Fostering Terp Success, a program introduced last fall by the Division of Student Affairs, aims to bolster—or even create—a support system for these students. Year-round, participating Terps receive funds to buy textbooks, food and toiletries, bedding and linens, and a plethora of school supplies. They’re also paired with mentors and attend workshops on personal and professional growth.

“We wanted to make sure when we created this program that we drew the circle as wide as possible and recognized those overlapping challenges with food and housing insecurity and also that lack of a network of support, and how all of those things together impact students,” said Brian Watkins, director of Parent and Family Affairs and chair of Fostering Terp Success.

Last summer, campus coaches—mentors who commit to nurturing a relationship with a student throughout their time at the university—underwent training to begin to understand how the trauma of the foster care system or homelessness can affect a student’s ability to concentrate on schoolwork. Mentors meet at least monthly with their student and act as a cheerleader.

“It could be as simple as a text to say, ‘Hey, thinking about you, hope you have a great day’—providing some of the interaction that would happen from a family member,” said Watkins.

Fifteen students are taking part in the program; Watkins estimated that 75 current Terps come from foster care, but said the actual number might be higher. The number of students who come from a background of unstable housing is harder to assess, he says.
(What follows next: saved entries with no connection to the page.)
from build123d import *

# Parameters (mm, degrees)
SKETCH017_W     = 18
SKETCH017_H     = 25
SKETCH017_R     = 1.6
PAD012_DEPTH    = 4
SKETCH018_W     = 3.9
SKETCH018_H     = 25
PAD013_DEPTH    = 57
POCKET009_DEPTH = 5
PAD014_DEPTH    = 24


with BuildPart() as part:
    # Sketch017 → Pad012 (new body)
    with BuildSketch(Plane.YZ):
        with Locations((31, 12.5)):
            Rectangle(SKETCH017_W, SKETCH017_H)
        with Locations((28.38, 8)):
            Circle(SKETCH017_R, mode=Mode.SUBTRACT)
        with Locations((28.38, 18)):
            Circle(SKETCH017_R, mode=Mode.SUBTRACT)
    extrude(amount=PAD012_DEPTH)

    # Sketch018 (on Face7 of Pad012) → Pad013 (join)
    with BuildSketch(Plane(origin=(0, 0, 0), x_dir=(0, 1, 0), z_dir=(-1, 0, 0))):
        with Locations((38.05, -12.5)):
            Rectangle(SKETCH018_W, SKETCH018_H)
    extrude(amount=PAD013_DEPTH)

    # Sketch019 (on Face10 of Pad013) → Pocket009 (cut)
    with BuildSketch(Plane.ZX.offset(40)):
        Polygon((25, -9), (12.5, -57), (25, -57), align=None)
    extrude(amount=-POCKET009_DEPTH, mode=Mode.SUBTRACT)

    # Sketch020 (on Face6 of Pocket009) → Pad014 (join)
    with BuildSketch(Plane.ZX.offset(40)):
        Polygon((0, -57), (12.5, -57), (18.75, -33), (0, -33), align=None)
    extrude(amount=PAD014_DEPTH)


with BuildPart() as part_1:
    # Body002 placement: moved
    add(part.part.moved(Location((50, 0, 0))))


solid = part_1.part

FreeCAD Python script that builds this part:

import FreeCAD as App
import Part
import Sketcher
Q = App.Units.Quantity


def add_polygon(sketch, points):
    """Adds a closed chain of lines whose ends are joined by coincident constraints."""
    first, n = sketch.GeometryCount, len(points)
    for a, b in zip(points, points[1:] + points[:1]):
        sketch.addGeometry(Part.LineSegment(App.Vector(*a, 0), App.Vector(*b, 0)), False)
    for i in range(n):
        sketch.addConstraint(Sketcher.Constraint("Coincident", first + i, 2, first + (i + 1) % n, 1))

doc = App.newDocument("Part")
body = doc.addObject("PartDesign::Body", "Body")

# Sketch on YZ plane
sketch1 = doc.addObject("Sketcher::SketchObject", "Sketch")
body.addObject(sketch1)
sketch1.AttachmentSupport = (doc.YZ_Plane, [""])
sketch1.MapMode = "FlatFace"
add_polygon(sketch1, [(22, 25), (22, 0), (40, 0), (40, 25)])  # lines 0-3
sketch1.addGeometry(Part.Circle(App.Vector(28.4, 8, 0), App.Vector(0, 0, 1), 1.6), False)  # 4
sketch1.addGeometry(Part.Circle(App.Vector(28.4, 18, 0), App.Vector(0, 0, 1), 1.6), False)  # 5
sketch1.addConstraint([
    Sketcher.Constraint("Vertical", 0),
    Sketcher.Constraint("Horizontal", 1),
    Sketcher.Constraint("Vertical", 2),
    Sketcher.Constraint("Horizontal", 3),
    Sketcher.Constraint("Equal", 4, 5),
    Sketcher.Constraint("PointOnObject", 0, 2, -1),
    Sketcher.Constraint("Vertical", 4, 3, 5, 3),
    Sketcher.Constraint("Diameter", 4, Q("3.2 mm")),
    Sketcher.Constraint("DistanceX", 1, 1, 1, 2, Q("18 mm")),
    Sketcher.Constraint("DistanceY", 0, 2, 0, 1, Q("25 mm")),
    Sketcher.Constraint("DistanceY", -1, 1, 4, 3, Q("8 mm")),
    Sketcher.Constraint("DistanceY", -1, 1, 5, 3, Q("18 mm")),
    Sketcher.Constraint("DistanceX", -1, 1, 0, 2, Q("22 mm")),
    Sketcher.Constraint("DistanceX", -1, 1, 4, 3, Q("28.38 mm")),
])
pad1 = doc.addObject("PartDesign::Pad", "Pad")
body.addObject(pad1)
pad1.Profile = sketch1
pad1.Length = 4

# Sketch on YZ plane
sketch2 = doc.addObject("Sketcher::SketchObject", "Sketch001")
body.addObject(sketch2)
sketch2.AttachmentSupport = (doc.YZ_Plane, [""])
sketch2.MapMode = "FlatFace"
add_polygon(sketch2, [(36.1, 0), (36.1, 25), (40, 25), (40, 0)])  # lines 0-3
sketch2.addConstraint([
    Sketcher.Constraint("Vertical", 0),
    Sketcher.Constraint("Horizontal", 1),
    Sketcher.Constraint("Vertical", 2),
    Sketcher.Constraint("Horizontal", 3),
    Sketcher.Constraint("PointOnObject", 2, 2, -1),
    Sketcher.Constraint("DistanceY", 0, 1, 0, 2, Q("25 mm")),
    Sketcher.Constraint("DistanceX", 1, 1, 1, 2, Q("3.9 mm")),
    Sketcher.Constraint("DistanceX", -1, 1, 1, 2, Q("40 mm")),
])
pad2 = doc.addObject("PartDesign::Pad", "Pad001")
body.addObject(pad2)
pad2.Profile = sketch2
pad2.Length = 57
pad2.Reversed = True

# Sketch on XZ plane
sketch3 = doc.addObject("Sketcher::SketchObject", "Sketch002")
body.addObject(sketch3)
sketch3.AttachmentSupport = (doc.XZ_Plane, [""])
sketch3.MapMode = "FlatFace"
sketch3.AttachmentOffset = App.Placement(App.Vector(0, 0, -40), App.Rotation())
add_polygon(sketch3, [(-9, 25), (-57, 12), (-57, 25)])  # lines 0-2
sketch3.addConstraint([
    Sketcher.Constraint("Vertical", 1),
    Sketcher.Constraint("Horizontal", 2),
    Sketcher.Constraint("DistanceX", 2, 1, 2, 2, Q("48 mm")),
    Sketcher.Constraint("DistanceY", 1, 1, 1, 2, Q("12.5 mm")),
    Sketcher.Constraint("DistanceX", 0, 2, -1, 1, Q("57 mm")),
    Sketcher.Constraint("DistanceY", -1, 1, 1, 2, Q("25 mm")),
])
pocket1 = doc.addObject("PartDesign::Pocket", "Pocket")
body.addObject(pocket1)
pocket1.Profile = sketch3
pocket1.Length = 5
pocket1.Reversed = True

# Sketch on XZ plane
sketch4 = doc.addObject("Sketcher::SketchObject", "Sketch003")
body.addObject(sketch4)
sketch4.AttachmentSupport = (doc.XZ_Plane, [""])
sketch4.MapMode = "FlatFace"
sketch4.AttachmentOffset = App.Placement(App.Vector(0, 0, -40), App.Rotation())
add_polygon(sketch4, [(-57, 0), (-57, 12), (-33, 19), (-33, 0)])  # lines 0-3
sketch4.addConstraint([
    Sketcher.Constraint("Vertical", 0),
    Sketcher.Constraint("Vertical", 2),
    Sketcher.Constraint("Horizontal", 3),
    Sketcher.Constraint("PointOnObject", 2, 2, -1),
    Sketcher.Constraint("DistanceX", 3, 2, 3, 1, Q("24 mm")),
    Sketcher.Constraint("DistanceY", 0, 1, 0, 2, Q("12.5 mm")),
    Sketcher.Constraint("DistanceX", 0, 2, -1, 1, Q("57 mm")),
    Sketcher.Constraint("DistanceY", 2, 2, 2, 1, Q("18.75 mm")),
])
pad3 = doc.addObject("PartDesign::Pad", "Pad002")
body.addObject(pad3)
pad3.Profile = sketch4
pad3.Length = 24
pad3.Reversed = True
body2 = doc.addObject("PartDesign::Body", "Body001")
doc.recompute()

body.Placement = App.Placement(App.Vector(50, 0, 0), App.Rotation(App.Vector(0, 0, 1), 0))
boolean = doc.addObject("PartDesign::Boolean", "Boolean")
body2.addObject(boolean)
boolean.Type = "Fuse"
boolean.addObjects([body])

doc.recompute()
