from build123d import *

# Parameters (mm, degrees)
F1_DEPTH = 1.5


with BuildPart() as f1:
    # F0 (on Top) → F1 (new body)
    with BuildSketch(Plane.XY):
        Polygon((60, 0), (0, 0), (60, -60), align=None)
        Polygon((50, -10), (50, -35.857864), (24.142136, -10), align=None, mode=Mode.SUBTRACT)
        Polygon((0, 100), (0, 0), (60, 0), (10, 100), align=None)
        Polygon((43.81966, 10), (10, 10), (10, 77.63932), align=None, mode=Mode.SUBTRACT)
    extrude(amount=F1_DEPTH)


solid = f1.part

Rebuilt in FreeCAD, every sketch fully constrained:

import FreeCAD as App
import Part
import Sketcher
Q = App.Units.Quantity


def add_polygon(sketch, points):
    """Adds a closed chain of lines whose ends are joined by coincident constraints."""
    first, n = sketch.GeometryCount, len(points)
    for a, b in zip(points, points[1:] + points[:1]):
        sketch.addGeometry(Part.LineSegment(App.Vector(*a, 0), App.Vector(*b, 0)), False)
    for i in range(n):
        sketch.addConstraint(Sketcher.Constraint("Coincident", first + i, 2, first + (i + 1) % n, 1))

doc = App.newDocument("Part")
body = doc.addObject("PartDesign::Body", "Body")

# Sketch on XY plane
sketch1 = body.newObject("Sketcher::SketchObject", "Sketch")
sketch1.AttachmentSupport = (doc.getObject("XY_Plane"), [""])
sketch1.MapMode = "FlatFace"
add_polygon(sketch1, [(60, -60), (60, 0), (10, 100), (0, 100), (0, 0)])  # lines 0-4
add_polygon(sketch1, [(24.142136, -10), (50, -10), (50, -35.857864)])  # lines 5-7
add_polygon(sketch1, [(10, 77.63932), (43.81966, 10), (10, 10)])  # lines 8-10
sketch1.addConstraint([
    Sketcher.Constraint("Vertical", 0),
    Sketcher.Constraint("Horizontal", 2),
    Sketcher.Constraint("Vertical", 3),
    Sketcher.Constraint("Horizontal", 5),
    Sketcher.Constraint("Vertical", 6),
    Sketcher.Constraint("Horizontal", 9),
    Sketcher.Constraint("Vertical", 10),
    Sketcher.Constraint("Coincident", 3, 2, -1, 1),
    Sketcher.Constraint("PointOnObject", 0, 2, -1),
    Sketcher.Constraint("Parallel", 4, 7),
    Sketcher.Constraint("Parallel", 1, 8),
    Sketcher.Constraint("Vertical", 1, 2, 9, 2),
    Sketcher.Constraint("Equal", 5, 6),
    Sketcher.Constraint("DistanceX", 2, 2, 2, 1, Q("10 mm")),
    Sketcher.Constraint("DistanceY", 0, 1, 0, 2, Q("60 mm")),
    Sketcher.Constraint("DistanceY", 3, 2, 3, 1, Q("100 mm")),
    Sketcher.Constraint("DistanceX", -1, 1, 5, 2, Q("50 mm")),
    Sketcher.Constraint("DistanceY", 5, 2, -1, 1, Q("10 mm")),
    Sketcher.Constraint("DistanceY", -1, 1, 8, 2, Q("10 mm")),
    Sketcher.Constraint("DistanceX", 9, 2, 9, 1, Q("33.81966 mm")),
    Sketcher.Constraint("Distance", 7, Q("36.568542 mm")),
])
pad1 = body.newObject("PartDesign::Pad", "Pad")
pad1.Profile = sketch1
pad1.Length = 1.5

doc.recompute()
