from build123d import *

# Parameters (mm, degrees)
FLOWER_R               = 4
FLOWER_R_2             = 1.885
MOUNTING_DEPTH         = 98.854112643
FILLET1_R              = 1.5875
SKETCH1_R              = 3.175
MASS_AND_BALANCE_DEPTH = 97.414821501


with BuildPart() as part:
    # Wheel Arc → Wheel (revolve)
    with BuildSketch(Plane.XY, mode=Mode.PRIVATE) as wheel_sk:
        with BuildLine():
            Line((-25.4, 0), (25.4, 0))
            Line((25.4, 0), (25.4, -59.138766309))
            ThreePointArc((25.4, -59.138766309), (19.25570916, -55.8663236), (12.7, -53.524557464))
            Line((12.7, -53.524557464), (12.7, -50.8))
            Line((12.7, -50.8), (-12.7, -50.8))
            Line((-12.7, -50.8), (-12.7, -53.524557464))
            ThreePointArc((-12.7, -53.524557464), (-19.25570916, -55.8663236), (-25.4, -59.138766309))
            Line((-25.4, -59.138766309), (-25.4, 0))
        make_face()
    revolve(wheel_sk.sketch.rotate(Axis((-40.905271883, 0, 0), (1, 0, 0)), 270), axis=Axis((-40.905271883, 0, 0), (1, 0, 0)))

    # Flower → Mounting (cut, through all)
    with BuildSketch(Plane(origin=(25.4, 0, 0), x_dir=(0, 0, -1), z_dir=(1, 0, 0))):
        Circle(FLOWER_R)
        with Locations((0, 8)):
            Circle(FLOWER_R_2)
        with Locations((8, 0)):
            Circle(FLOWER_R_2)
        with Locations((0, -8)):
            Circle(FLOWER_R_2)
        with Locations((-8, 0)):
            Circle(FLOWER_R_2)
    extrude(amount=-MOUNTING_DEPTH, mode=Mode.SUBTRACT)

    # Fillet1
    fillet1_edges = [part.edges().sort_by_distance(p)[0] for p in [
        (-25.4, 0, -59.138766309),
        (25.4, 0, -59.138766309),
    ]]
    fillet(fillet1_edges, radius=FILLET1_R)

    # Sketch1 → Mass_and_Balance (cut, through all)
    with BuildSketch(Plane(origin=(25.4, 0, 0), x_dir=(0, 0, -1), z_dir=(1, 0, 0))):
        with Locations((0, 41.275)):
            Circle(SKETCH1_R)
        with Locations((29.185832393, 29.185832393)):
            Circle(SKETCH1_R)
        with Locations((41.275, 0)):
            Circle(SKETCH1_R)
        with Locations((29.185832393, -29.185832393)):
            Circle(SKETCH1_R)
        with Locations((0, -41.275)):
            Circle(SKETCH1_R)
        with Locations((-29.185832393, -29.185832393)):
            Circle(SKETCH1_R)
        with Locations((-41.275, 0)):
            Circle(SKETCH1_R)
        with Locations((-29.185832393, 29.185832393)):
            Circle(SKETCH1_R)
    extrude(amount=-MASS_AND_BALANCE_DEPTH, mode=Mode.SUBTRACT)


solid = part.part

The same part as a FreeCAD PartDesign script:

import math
import FreeCAD as App
import Part
import Sketcher

V = App.Vector
Q = App.Units.Quantity


def edges_at(feature, points):
    """Names of the edges that pass closest to the given points."""
    edges = feature.Shape.Edges
    near = lambda p: min(range(len(edges)), key=lambda i: edges[i].distToShape(Part.Vertex(*p))[0])
    return sorted({f"Edge{near(p) + 1}" for p in points})

doc = App.newDocument("Part")
body = doc.addObject("PartDesign::Body", "Body")

# Sketch on XY plane
sketch1 = body.newObject("Sketcher::SketchObject", "Sketch")
sketch1.AttachmentSupport = (doc.getObject("XY_Plane"), [""])
sketch1.MapMode = "FlatFace"
sketch1.addGeometry([
    Part.LineSegment(V(25.4, 0, 0), V(-25.4, 0, 0)),  # 0
    Part.LineSegment(V(-25.4, 0, 0), V(-25.4, -59.138766, 0)),  # 1
    Part.ArcOfCircle(Part.Circle(V(0, -99.425, 0), V(0, 0, 1), 47.625), math.radians(105.46601), math.radians(122.230953)),  # 2
    Part.LineSegment(V(-12.7, -53.524557, 0), V(-12.7, -50.8, 0)),  # 3
    Part.LineSegment(V(-12.7, -50.8, 0), V(12.7, -50.8, 0)),  # 4
    Part.LineSegment(V(12.7, -50.8, 0), V(12.7, -53.524557, 0)),  # 5
    Part.ArcOfCircle(Part.Circle(V(0, -99.425, 0), V(0, 0, 1), 47.625), math.radians(57.769047), math.radians(74.53399)),  # 6
    Part.LineSegment(V(25.4, -59.138766, 0), V(25.4, 0, 0)),  # 7
], False)
sketch1.addConstraint([
    Sketcher.Constraint("Coincident", 0, 2, 1, 1),
    Sketcher.Constraint("Coincident", 1, 2, 2, 2),
    Sketcher.Constraint("Coincident", 2, 1, 3, 1),
    Sketcher.Constraint("Coincident", 3, 2, 4, 1),
    Sketcher.Constraint("Coincident", 4, 2, 5, 1),
    Sketcher.Constraint("Coincident", 5, 2, 6, 2),
    Sketcher.Constraint("Coincident", 6, 1, 7, 1),
    Sketcher.Constraint("Coincident", 7, 2, 0, 1),
    Sketcher.Constraint("Horizontal", 0),
    Sketcher.Constraint("Vertical", 1),
    Sketcher.Constraint("Vertical", 3),
    Sketcher.Constraint("Horizontal", 4),
    Sketcher.Constraint("Vertical", 5),
    Sketcher.Constraint("Vertical", 7),
    Sketcher.Constraint("Coincident", 6, 3, 2, 3),
    Sketcher.Constraint("Equal", 2, 6),
    Sketcher.Constraint("Symmetric", 0, 2, 7, 2, -1, 1),
    Sketcher.Constraint("Symmetric", 2, 1, 5, 2, -2),
    Sketcher.Constraint("DistanceX", 0, 2, 0, 1, Q("2 in")),
    Sketcher.Constraint("DistanceX", 4, 1, 4, 2, Q("1 in")),
    Sketcher.Constraint("DistanceY", 3, 2, -1, 1, Q("2 in")),
    Sketcher.Constraint("Radius", 2, Q("1.875 in")),
    Sketcher.Constraint("DistanceY", 2, 3, -1, 1, 99.425),
])
revolution = body.newObject("PartDesign::Revolution", "Revolution")
revolution.Profile = sketch1
revolution.ReferenceAxis = (sketch1, ["H_Axis"])
revolution.Angle = 360

# Sketch on YZ plane
sketch2 = body.newObject("Sketcher::SketchObject", "Sketch001")
sketch2.AttachmentSupport = (doc.getObject("YZ_Plane"), [""])
sketch2.MapMode = "FlatFace"
sketch2.AttachmentOffset = App.Placement(V(0, 0, 1 * 25.4), App.Rotation())
sketch2.addGeometry([
    Part.Circle(V(0, 0, 0), V(0, 0, 1), 4),  # 0
    Part.Circle(V(8, 0, 0), V(0, 0, 1), 1.885),  # 1
    Part.Circle(V(0, -8, 0), V(0, 0, 1), 1.885),  # 2
    Part.Circle(V(-8, 0, 0), V(0, 0, 1), 1.885),  # 3
    Part.Circle(V(0, 8, 0), V(0, 0, 1), 1.885),  # 4
], False)
sketch2.addConstraint([
    Sketcher.Constraint("Coincident", 0, 3, -1, 1),
    Sketcher.Constraint("Equal", 1, 2),
    Sketcher.Constraint("Equal", 2, 3),
    Sketcher.Constraint("Equal", 3, 4),
    Sketcher.Constraint("Symmetric", 1, 3, 3, 3, -1, 1),
    Sketcher.Constraint("Symmetric", 2, 3, 4, 3, -1, 1),
    Sketcher.Constraint("PointOnObject", 1, 3, -1),
    Sketcher.Constraint("PointOnObject", 2, 3, -2),
    Sketcher.Constraint("Diameter", 0, 8.0),
    Sketcher.Constraint("Diameter", 1, 3.77),
    Sketcher.Constraint("DistanceX", -1, 1, 1, 3, 8.0),
    Sketcher.Constraint("DistanceY", 2, 3, -1, 1, 8.0),
])
pocket1 = body.newObject("PartDesign::Pocket", "Pocket")
pocket1.Profile = sketch2
pocket1.Type = "ThroughAll"
doc.recompute()

fillet = body.newObject("PartDesign::Fillet", "Fillet")
fillet.Base = (pocket1, edges_at(pocket1, [(-25.4, 0, -59.139), (25.4, 0, -59.139)]))
fillet.Radius = Q("0.0625 in")

# Sketch on YZ plane
sketch3 = body.newObject("Sketcher::SketchObject", "Sketch002")
sketch3.AttachmentSupport = (doc.getObject("YZ_Plane"), [""])
sketch3.MapMode = "FlatFace"
sketch3.AttachmentOffset = App.Placement(V(0, 0, 1 * 25.4), App.Rotation())
sketch3.addGeometry([
    Part.Circle(V(41.275, 0, 0), V(0, 0, 1), 3.175),  # 0
    Part.Circle(V(29.185832, -29.185832, 0), V(0, 0, 1), 3.175),  # 1
    Part.Circle(V(0, -41.275, 0), V(0, 0, 1), 3.175),  # 2
    Part.Circle(V(-29.185832, -29.185832, 0), V(0, 0, 1), 3.175),  # 3
    Part.Circle(V(-41.275, 0, 0), V(0, 0, 1), 3.175),  # 4
    Part.Circle(V(-29.185832, 29.185832, 0), V(0, 0, 1), 3.175),  # 5
    Part.Circle(V(0, 41.275, 0), V(0, 0, 1), 3.175),  # 6
    Part.Circle(V(29.185832, 29.185832, 0), V(0, 0, 1), 3.175),  # 7
], False)
sketch3.addConstraint([
    Sketcher.Constraint("Equal", 0, 1),
    Sketcher.Constraint("Equal", 1, 2),
    Sketcher.Constraint("Equal", 2, 3),
    Sketcher.Constraint("Equal", 3, 4),
    Sketcher.Constraint("Equal", 4, 5),
    Sketcher.Constraint("Equal", 5, 6),
    Sketcher.Constraint("Equal", 6, 7),
    Sketcher.Constraint("Symmetric", 0, 3, 4, 3, -1, 1),
    Sketcher.Constraint("Symmetric", 1, 3, 5, 3, -1, 1),
    Sketcher.Constraint("Symmetric", 2, 3, 6, 3, -1, 1),
    Sketcher.Constraint("Symmetric", 3, 3, 7, 3, -1, 1),
    Sketcher.Constraint("Symmetric", 1, 3, 3, 3, -2),
    Sketcher.Constraint("PointOnObject", 0, 3, -1),
    Sketcher.Constraint("PointOnObject", 2, 3, -2),
    Sketcher.Constraint("Diameter", 0, Q("0.25 in")),
    Sketcher.Constraint("DistanceX", 4, 3, 0, 3, Q("3.25 in")),
    Sketcher.Constraint("DistanceY", 2, 3, -1, 1, Q("1.625 in")),
    Sketcher.Constraint("DistanceX", -1, 1, 1, 3, 29.185832),
    Sketcher.Constraint("DistanceY", 1, 3, -1, 1, 29.185832),
])
pocket2 = body.newObject("PartDesign::Pocket", "Pocket001")
pocket2.Profile = sketch3
pocket2.Type = "ThroughAll"

doc.recompute()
Students who were known to have been in foster care received a letter from Enrollment Management over the summer alerting them to the new program. Others with unstable housing situations were also informed about the program.

With the COVID pandemic changing life globally, Fostering Terp Success has offered new ways to support students. Eight students stayed in emergency campus housing during the spring semester and over the summer, and all participants were given an extra stipend to help with living expenses; several students also received dining plans. Weekly check-in calls over Zoom have also provided a caring network for students.

Fostering Terp Success has been a critical resource for Jacob Kuba ’20, whose family came to the U.S. from the Democratic Republic of the Congo and who wasn’t eligible for federal and state financial aid because of his parents’ tax filing status. The program’s people made sure he had housing during the pandemic. “They go out of their way to make sure that you succeed,” he says.